[Work instructions]: Output the opening lines of the records exactly. End with the line that contains "#21=ORIENTED_EDGE('',*,*,#20,.T.);".

[Data]:
----------

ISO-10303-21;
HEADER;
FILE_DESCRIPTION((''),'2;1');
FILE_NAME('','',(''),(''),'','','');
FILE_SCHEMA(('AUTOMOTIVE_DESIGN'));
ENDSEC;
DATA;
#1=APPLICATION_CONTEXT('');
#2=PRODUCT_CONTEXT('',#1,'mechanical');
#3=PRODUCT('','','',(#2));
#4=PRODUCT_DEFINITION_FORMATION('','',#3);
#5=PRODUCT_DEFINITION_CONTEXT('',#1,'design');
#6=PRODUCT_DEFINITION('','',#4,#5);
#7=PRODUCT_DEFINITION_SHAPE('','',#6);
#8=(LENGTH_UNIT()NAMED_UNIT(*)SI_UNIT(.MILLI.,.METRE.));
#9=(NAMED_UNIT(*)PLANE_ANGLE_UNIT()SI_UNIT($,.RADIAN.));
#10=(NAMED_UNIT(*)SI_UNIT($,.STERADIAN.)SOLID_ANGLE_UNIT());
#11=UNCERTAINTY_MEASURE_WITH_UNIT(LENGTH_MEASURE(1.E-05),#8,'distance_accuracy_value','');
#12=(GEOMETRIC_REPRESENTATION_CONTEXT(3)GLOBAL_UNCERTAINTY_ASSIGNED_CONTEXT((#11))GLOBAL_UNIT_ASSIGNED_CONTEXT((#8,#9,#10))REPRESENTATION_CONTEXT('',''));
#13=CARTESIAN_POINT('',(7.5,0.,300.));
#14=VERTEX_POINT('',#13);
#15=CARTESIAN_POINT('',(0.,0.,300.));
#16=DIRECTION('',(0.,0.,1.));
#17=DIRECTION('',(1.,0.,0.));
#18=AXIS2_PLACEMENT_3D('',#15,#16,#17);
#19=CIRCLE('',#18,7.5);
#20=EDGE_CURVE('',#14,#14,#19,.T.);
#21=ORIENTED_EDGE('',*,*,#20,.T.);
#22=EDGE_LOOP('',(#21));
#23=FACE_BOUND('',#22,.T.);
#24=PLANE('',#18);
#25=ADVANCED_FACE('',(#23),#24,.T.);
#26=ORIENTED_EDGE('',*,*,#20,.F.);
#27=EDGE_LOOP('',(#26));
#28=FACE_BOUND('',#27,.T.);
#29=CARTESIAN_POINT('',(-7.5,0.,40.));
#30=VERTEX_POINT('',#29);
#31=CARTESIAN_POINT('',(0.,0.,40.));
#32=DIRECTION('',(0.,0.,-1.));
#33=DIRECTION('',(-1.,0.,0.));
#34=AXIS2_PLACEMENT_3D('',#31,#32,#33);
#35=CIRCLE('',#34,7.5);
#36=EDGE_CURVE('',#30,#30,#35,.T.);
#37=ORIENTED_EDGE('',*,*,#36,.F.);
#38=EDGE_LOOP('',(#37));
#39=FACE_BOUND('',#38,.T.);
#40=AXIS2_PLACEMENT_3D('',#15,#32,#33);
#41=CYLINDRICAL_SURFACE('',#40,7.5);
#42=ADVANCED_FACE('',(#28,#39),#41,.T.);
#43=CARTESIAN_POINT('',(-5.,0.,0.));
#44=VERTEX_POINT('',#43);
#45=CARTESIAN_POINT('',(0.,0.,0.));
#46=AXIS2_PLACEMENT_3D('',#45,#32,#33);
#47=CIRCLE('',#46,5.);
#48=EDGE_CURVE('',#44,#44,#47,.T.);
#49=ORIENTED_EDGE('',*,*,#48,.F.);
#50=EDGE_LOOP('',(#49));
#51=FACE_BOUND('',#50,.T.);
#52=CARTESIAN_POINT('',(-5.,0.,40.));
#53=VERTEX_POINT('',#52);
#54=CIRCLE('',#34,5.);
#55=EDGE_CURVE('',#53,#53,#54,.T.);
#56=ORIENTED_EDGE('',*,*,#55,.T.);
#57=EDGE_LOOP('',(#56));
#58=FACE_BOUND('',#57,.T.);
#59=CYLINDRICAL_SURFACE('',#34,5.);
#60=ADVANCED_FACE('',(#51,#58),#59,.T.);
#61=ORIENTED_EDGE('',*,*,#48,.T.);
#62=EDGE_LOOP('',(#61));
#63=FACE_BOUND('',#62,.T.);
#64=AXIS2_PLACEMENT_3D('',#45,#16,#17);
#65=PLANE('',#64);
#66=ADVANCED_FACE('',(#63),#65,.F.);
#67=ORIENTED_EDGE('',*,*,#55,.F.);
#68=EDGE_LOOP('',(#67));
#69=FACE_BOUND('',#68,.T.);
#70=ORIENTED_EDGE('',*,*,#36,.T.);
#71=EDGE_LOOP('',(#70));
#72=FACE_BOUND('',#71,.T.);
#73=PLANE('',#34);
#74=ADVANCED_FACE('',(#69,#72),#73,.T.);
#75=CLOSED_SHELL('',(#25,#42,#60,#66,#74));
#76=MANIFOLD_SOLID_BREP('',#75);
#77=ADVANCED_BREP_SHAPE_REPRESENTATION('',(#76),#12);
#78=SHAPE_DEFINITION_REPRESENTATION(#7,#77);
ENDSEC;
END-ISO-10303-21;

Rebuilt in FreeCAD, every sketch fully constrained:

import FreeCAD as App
import Part
import Sketcher

V = App.Vector
Q = App.Units.Quantity

doc = App.newDocument("Part")
params = doc.addObject("Spreadsheet::Sheet", "Params")
for row, (alias, value) in enumerate([
    ("sketch1_diameter", "15 mm"),
    ("pad1_length", "300 mm"),
    ("sketch2_diameter", "10 mm"),
    ("sketch2_width", "77.15 mm"),
    ("pocket1_length", "40 mm"),
], start=1):
    params.set(f"A{row}", alias)
    params.set(f"B{row}", "=" + value)
    params.setAlias(f"B{row}", alias)

body = doc.addObject("PartDesign::Body", "Body")

sketch1 = body.newObject("Sketcher::SketchObject", "Sketch")
sketch1.AttachmentSupport = (doc.getObject("XY_Plane"), [""])
sketch1.MapMode = "FlatFace"
sketch1.addGeometry(Part.Circle(V(0, 0, 0), V(0, 0, 1), 8), False)
sketch1.addConstraint([
    Sketcher.Constraint("Coincident", 0, 3, -1, 1),
    Sketcher.Constraint("Diameter", 0, Q("15 mm")),
])
sketch1.setExpression("Constraints[1]", "Params.sketch1_diameter")
pad1 = body.newObject("PartDesign::Pad", "Pad")
pad1.Profile = sketch1
pad1.setExpression("Length", "Params.pad1_length")

sketch2 = body.newObject("Sketcher::SketchObject", "Sketch001")
sketch2.AttachmentSupport = (doc.getObject("XY_Plane"), [""])
sketch2.MapMode = "FlatFace"
sketch2.addGeometry([
    Part.LineSegment(V(39, 39, 0), V(39, -39, 0)),
    Part.LineSegment(V(39, -39, 0), V(-39, -39, 0)),
    Part.LineSegment(V(-39, -39, 0), V(-39, 39, 0)),
    Part.LineSegment(V(-39, 39, 0), V(39, 39, 0)),
    Part.Circle(V(0, 0, 0), V(0, 0, 1), 5),
], False)
sketch2.addConstraint([
    Sketcher.Constraint("Coincident", 0, 2, 1, 1),
    Sketcher.Constraint("Coincident", 1, 2, 2, 1),
    Sketcher.Constraint("Coincident", 2, 2, 3, 1),
    Sketcher.Constraint("Coincident", 3, 2, 0, 1),
    Sketcher.Constraint("Vertical", 0),
    Sketcher.Constraint("Horizontal", 1),
    Sketcher.Constraint("Vertical", 2),
    Sketcher.Constraint("Horizontal", 3),
    Sketcher.Constraint("Coincident", 4, 3, -1, 1),
    Sketcher.Constraint("Symmetric", 0, 2, 2, 2, -1, 1),
    Sketcher.Constraint("Equal", 3, 0),
    Sketcher.Constraint("Diameter", 4, Q("10 mm")),
    Sketcher.Constraint("DistanceX", 1, 2, 1, 1, Q("77.15 mm")),
])
sketch2.setExpression("Constraints[11]", "Params.sketch2_diameter")
sketch2.setExpression("Constraints[12]", "Params.sketch2_width")
pocket1 = body.newObject("PartDesign::Pocket", "Pocket")
pocket1.Profile = sketch2
pocket1.setExpression("Length", "Params.pocket1_length")
pocket1.Reversed = True

doc.recompute()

----------

[The completed task]:
ISO-10303-21;
HEADER;
FILE_DESCRIPTION((''),'2;1');
FILE_NAME('','',(''),(''),'','','');
FILE_SCHEMA(('AUTOMOTIVE_DESIGN'));
ENDSEC;
DATA;
#1=APPLICATION_CONTEXT('');
#2=PRODUCT_CONTEXT('',#1,'mechanical');
#3=PRODUCT('','','',(#2));
#4=PRODUCT_DEFINITION_FORMATION('','',#3);
#5=PRODUCT_DEFINITION_CONTEXT('',#1,'design');
#6=PRODUCT_DEFINITION('','',#4,#5);
#7=PRODUCT_DEFINITION_SHAPE('','',#6);
#8=(LENGTH_UNIT()NAMED_UNIT(*)SI_UNIT(.MILLI.,.METRE.));
#9=(NAMED_UNIT(*)PLANE_ANGLE_UNIT()SI_UNIT($,.RADIAN.));
#10=(NAMED_UNIT(*)SI_UNIT($,.STERADIAN.)SOLID_ANGLE_UNIT());
#11=UNCERTAINTY_MEASURE_WITH_UNIT(LENGTH_MEASURE(1.E-05),#8,'distance_accuracy_value','');
#12=(GEOMETRIC_REPRESENTATION_CONTEXT(3)GLOBAL_UNCERTAINTY_ASSIGNED_CONTEXT((#11))GLOBAL_UNIT_ASSIGNED_CONTEXT((#8,#9,#10))REPRESENTATION_CONTEXT('',''));
#13=CARTESIAN_POINT('',(7.5,0.,300.));
#14=VERTEX_POINT('',#13);
#15=CARTESIAN_POINT('',(0.,0.,300.));
#16=DIRECTION('',(0.,0.,1.));
#17=DIRECTION('',(1.,0.,0.));
#18=AXIS2_PLACEMENT_3D('',#15,#16,#17);
#19=CIRCLE('',#18,7.5);
#20=EDGE_CURVE('',#14,#14,#19,.T.);
#21=ORIENTED_EDGE('',*,*,#20,.T.);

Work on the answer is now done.